What are some other ideas and options that others have for nutritious and tasty travel meals.

Thanks.


----------



## Sambal (Nov 10, 2013)

TheNewMexican said:


> Hello,
> 
> One place in particular that I visit, the food absolutely tastes like crap.




I'm curious - where?


----------



## tripleq (Nov 10, 2013)

Sambal said:


> I'm curious - where?



I love travelling and I'm curious too.


----------



## ohbewon (Nov 10, 2013)

jerky, dried wakame, miso powder, and dehydrated tofu. those got me through many third world adventures. But yeah, where are you going?


----------



## quantumcloud509 (Nov 12, 2013)

Pepsi and a snickers.


----------



## Nmko (Nov 12, 2013)

Dried Fruit, seeds and nuts... make your own trailmix. Also B touched on it.. Miso powder is awesome.. I would mix in any vege's and dried noodles i could find.


----------



## boomchakabowwow (Nov 12, 2013)

damn. you must be traveling to some "armpit of the world" area if it makes you resort to freeze dried food. yuck. i backpack and that is the ONLY time i will eat the stuff. you talking Mountain house, or Backpack pantry stuff? (shiver)..so much salt.

i take packages of those weightlifter food supplement shake packs with me. i still have lots of the EAS ones. i bring a shaker cup and buy cold bottle water. not bad. i did this while traveling thru Laos. some food stops, just didnt feel safe. like the time i saw a crew butchering a hog 5 feet outside the public bathroom pits.

shake time. (or food bars)


----------



## TheNewMexican (Nov 13, 2013)

O.k., I will reveal the country with the caveat that I don't get a bunch of pushback on "How I visited once and the food was great". While I respect other opinions, I just don't want to get into it. I've spent a year there and lost 35 pound cause I couldn't stomach the food.

The country is Bolivia.


I've been cognizant of the sodium content of freeze dried meals, so I get the "low sodium" versions. Also eaten a lot of oatmeal with raisins. So at least my arteries should be clear


Thanks for the ideas so far.


----------



## tripleq (Nov 13, 2013)

Hmmm. Interesting. I personally didn't have a problem with Bolivian food but to each his/her own preference. What put you off? The cuy? . I liked a lot of dishes. Saltinas, huminta and that ubiquitous potato stew. Lots of roasted chicken there. No luck with that? I feel for you though. Not great being somewhere you can't stand the food. The only thing I can think of has already been suggested - freeze dried meals. Good luck.


----------



## TheNewMexican (Nov 13, 2013)

I think part of it has to do with the remoteness of the job site (we take a 1.5 hour plane ride to a private, dirt airstrip just to get there). The other part is the altitude, 13000 feet, which affects how food tastes. And lastly, it's cafeteria version of Bolivian food. The result is that the food served tastes like different colored versions of cardboard.

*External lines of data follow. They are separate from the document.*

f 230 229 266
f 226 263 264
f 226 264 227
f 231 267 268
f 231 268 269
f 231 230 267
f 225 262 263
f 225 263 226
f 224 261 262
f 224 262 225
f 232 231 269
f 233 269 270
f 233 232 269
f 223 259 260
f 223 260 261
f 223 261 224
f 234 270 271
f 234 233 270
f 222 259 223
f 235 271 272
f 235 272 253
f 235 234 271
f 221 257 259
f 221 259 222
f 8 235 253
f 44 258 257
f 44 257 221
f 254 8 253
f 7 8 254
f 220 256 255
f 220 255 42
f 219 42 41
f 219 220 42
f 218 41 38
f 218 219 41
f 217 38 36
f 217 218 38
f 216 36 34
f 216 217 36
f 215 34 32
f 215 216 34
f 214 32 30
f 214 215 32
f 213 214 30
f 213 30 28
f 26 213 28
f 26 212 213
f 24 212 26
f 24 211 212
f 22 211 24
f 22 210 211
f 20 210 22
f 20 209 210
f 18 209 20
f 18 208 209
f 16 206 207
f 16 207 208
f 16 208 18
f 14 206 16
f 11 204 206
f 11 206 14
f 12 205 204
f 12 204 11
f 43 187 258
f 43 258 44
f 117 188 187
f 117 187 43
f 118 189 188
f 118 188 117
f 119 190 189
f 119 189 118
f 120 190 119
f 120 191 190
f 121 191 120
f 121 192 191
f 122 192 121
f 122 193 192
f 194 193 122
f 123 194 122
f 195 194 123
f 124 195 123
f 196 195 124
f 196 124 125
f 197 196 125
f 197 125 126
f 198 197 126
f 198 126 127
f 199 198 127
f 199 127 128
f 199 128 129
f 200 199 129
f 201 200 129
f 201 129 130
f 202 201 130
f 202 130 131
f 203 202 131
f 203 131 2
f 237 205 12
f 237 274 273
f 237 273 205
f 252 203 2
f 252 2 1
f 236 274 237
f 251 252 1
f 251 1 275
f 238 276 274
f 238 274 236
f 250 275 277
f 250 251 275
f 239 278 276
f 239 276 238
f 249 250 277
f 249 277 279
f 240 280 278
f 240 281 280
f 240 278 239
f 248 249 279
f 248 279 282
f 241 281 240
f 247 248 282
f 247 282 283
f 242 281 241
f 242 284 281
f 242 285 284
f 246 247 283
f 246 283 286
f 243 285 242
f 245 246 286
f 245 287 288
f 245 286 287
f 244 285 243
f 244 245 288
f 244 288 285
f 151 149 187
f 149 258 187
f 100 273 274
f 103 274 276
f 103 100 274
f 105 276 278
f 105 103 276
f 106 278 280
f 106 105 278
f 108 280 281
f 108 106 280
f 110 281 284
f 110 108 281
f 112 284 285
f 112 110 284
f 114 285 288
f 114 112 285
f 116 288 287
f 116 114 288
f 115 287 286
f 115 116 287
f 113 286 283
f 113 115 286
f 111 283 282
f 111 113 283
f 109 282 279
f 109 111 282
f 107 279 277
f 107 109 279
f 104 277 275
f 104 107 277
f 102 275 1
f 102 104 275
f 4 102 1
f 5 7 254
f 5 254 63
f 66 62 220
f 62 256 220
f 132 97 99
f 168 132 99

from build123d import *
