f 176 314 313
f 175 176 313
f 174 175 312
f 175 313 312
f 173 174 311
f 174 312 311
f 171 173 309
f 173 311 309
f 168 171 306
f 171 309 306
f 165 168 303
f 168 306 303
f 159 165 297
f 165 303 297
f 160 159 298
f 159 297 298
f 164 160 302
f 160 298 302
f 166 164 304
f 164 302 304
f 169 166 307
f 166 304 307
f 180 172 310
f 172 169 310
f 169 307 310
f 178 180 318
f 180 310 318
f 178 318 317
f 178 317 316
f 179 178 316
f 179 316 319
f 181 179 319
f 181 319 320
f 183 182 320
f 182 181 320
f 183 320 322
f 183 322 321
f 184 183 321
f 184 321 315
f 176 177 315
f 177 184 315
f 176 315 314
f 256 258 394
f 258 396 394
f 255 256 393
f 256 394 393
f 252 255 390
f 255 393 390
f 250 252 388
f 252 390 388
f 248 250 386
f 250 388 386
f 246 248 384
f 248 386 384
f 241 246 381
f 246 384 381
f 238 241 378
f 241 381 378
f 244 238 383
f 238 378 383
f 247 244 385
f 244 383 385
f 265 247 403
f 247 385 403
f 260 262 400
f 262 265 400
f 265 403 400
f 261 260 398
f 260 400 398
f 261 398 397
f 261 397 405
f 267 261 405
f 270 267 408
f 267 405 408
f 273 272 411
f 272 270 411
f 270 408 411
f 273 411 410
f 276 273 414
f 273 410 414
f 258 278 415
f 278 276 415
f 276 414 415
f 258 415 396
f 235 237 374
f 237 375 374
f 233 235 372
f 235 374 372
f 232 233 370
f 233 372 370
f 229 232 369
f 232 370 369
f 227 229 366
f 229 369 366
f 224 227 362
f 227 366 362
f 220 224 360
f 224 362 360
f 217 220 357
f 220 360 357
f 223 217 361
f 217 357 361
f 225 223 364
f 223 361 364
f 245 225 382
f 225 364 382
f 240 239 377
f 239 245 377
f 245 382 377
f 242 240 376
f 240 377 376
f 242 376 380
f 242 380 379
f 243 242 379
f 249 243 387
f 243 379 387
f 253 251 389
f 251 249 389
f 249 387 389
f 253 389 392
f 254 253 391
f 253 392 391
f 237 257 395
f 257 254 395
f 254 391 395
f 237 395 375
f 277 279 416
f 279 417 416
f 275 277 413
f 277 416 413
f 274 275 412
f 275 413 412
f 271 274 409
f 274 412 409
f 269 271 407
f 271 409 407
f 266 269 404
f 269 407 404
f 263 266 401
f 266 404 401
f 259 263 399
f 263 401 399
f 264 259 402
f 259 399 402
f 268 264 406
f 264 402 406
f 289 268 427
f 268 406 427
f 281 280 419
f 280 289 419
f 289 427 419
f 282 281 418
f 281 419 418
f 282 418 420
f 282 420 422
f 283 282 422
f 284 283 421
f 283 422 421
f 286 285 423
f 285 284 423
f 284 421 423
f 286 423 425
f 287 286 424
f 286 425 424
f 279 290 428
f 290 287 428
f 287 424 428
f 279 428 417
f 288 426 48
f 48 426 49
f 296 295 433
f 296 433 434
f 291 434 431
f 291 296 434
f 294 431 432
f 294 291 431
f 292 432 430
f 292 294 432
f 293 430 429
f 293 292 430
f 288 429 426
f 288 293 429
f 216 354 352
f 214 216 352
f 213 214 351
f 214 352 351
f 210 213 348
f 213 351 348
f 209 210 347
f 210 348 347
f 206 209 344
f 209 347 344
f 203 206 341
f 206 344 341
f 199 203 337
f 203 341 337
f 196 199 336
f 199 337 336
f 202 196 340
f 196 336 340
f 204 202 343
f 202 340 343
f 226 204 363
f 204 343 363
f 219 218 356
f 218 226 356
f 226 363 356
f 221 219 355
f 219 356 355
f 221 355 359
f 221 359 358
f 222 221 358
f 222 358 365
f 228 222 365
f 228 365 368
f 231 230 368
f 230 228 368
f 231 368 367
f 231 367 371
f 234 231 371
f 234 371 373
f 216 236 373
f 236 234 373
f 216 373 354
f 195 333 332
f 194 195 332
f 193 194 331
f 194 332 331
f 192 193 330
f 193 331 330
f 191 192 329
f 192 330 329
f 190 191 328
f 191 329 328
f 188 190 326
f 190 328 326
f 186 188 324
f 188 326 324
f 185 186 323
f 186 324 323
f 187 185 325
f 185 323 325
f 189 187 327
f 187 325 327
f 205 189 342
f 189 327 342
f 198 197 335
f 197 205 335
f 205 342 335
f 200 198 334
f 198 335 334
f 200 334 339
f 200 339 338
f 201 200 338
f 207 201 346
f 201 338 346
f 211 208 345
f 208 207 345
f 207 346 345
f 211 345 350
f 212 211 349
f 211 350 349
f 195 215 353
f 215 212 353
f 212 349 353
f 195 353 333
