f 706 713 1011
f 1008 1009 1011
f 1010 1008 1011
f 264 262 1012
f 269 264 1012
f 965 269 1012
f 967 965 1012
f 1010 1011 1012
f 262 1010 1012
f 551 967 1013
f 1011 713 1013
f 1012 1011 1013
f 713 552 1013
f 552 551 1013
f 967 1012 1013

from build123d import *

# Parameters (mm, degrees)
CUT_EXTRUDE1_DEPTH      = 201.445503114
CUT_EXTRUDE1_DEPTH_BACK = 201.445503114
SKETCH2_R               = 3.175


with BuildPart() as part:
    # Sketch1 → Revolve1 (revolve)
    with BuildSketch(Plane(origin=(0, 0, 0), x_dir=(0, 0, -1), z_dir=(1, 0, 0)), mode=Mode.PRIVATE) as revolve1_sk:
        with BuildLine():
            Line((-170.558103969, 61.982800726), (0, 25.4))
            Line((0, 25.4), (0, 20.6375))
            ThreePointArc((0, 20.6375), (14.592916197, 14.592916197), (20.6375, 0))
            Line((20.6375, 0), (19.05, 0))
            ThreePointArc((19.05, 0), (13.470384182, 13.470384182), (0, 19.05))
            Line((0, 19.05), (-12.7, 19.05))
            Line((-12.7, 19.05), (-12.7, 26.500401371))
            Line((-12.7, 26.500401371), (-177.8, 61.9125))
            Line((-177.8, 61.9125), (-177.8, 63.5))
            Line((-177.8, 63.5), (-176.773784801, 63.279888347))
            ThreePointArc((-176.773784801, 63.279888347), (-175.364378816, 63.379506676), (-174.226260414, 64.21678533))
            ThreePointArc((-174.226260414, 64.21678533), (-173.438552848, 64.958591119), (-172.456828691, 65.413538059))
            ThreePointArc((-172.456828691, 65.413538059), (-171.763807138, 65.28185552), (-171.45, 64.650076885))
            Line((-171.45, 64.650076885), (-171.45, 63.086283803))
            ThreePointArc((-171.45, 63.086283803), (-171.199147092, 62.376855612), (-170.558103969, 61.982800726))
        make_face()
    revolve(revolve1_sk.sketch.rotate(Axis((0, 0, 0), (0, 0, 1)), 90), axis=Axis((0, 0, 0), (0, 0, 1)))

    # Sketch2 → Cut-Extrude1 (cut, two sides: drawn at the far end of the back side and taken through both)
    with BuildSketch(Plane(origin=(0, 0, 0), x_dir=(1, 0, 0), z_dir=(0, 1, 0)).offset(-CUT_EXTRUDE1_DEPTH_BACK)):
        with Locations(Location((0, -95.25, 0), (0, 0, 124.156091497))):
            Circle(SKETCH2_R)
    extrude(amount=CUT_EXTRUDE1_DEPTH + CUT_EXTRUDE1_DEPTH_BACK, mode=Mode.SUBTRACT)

The chicken is not bad but gets a bit old. The meat they kill twice, once when they butcher the animal and the second time when they cook it.

Each trip is a learning experience in what works and doesn't.


----------



## tripleq (Nov 13, 2013)

Very true. I think the altitude is probably playing a big role there too. It affects a lot of people that way, myself included. Unfortunately there is little to be done about that. Sounds like its time to ask for a raise though


----------



## rahimlee54 (Nov 14, 2013)

I would take some nuts, dried beans, and dehydrated fruits. Those are things I eat all the time around home and they travel well. Spices you like would be nice as well.


----------



## Erilyn75 (Nov 15, 2013)

Have you thought of getting a food dehydrator and making jerky yourself? That way you can control the sodium. It's good for drying your own fruit too. Another good thing to take is homemade granola bars.


----------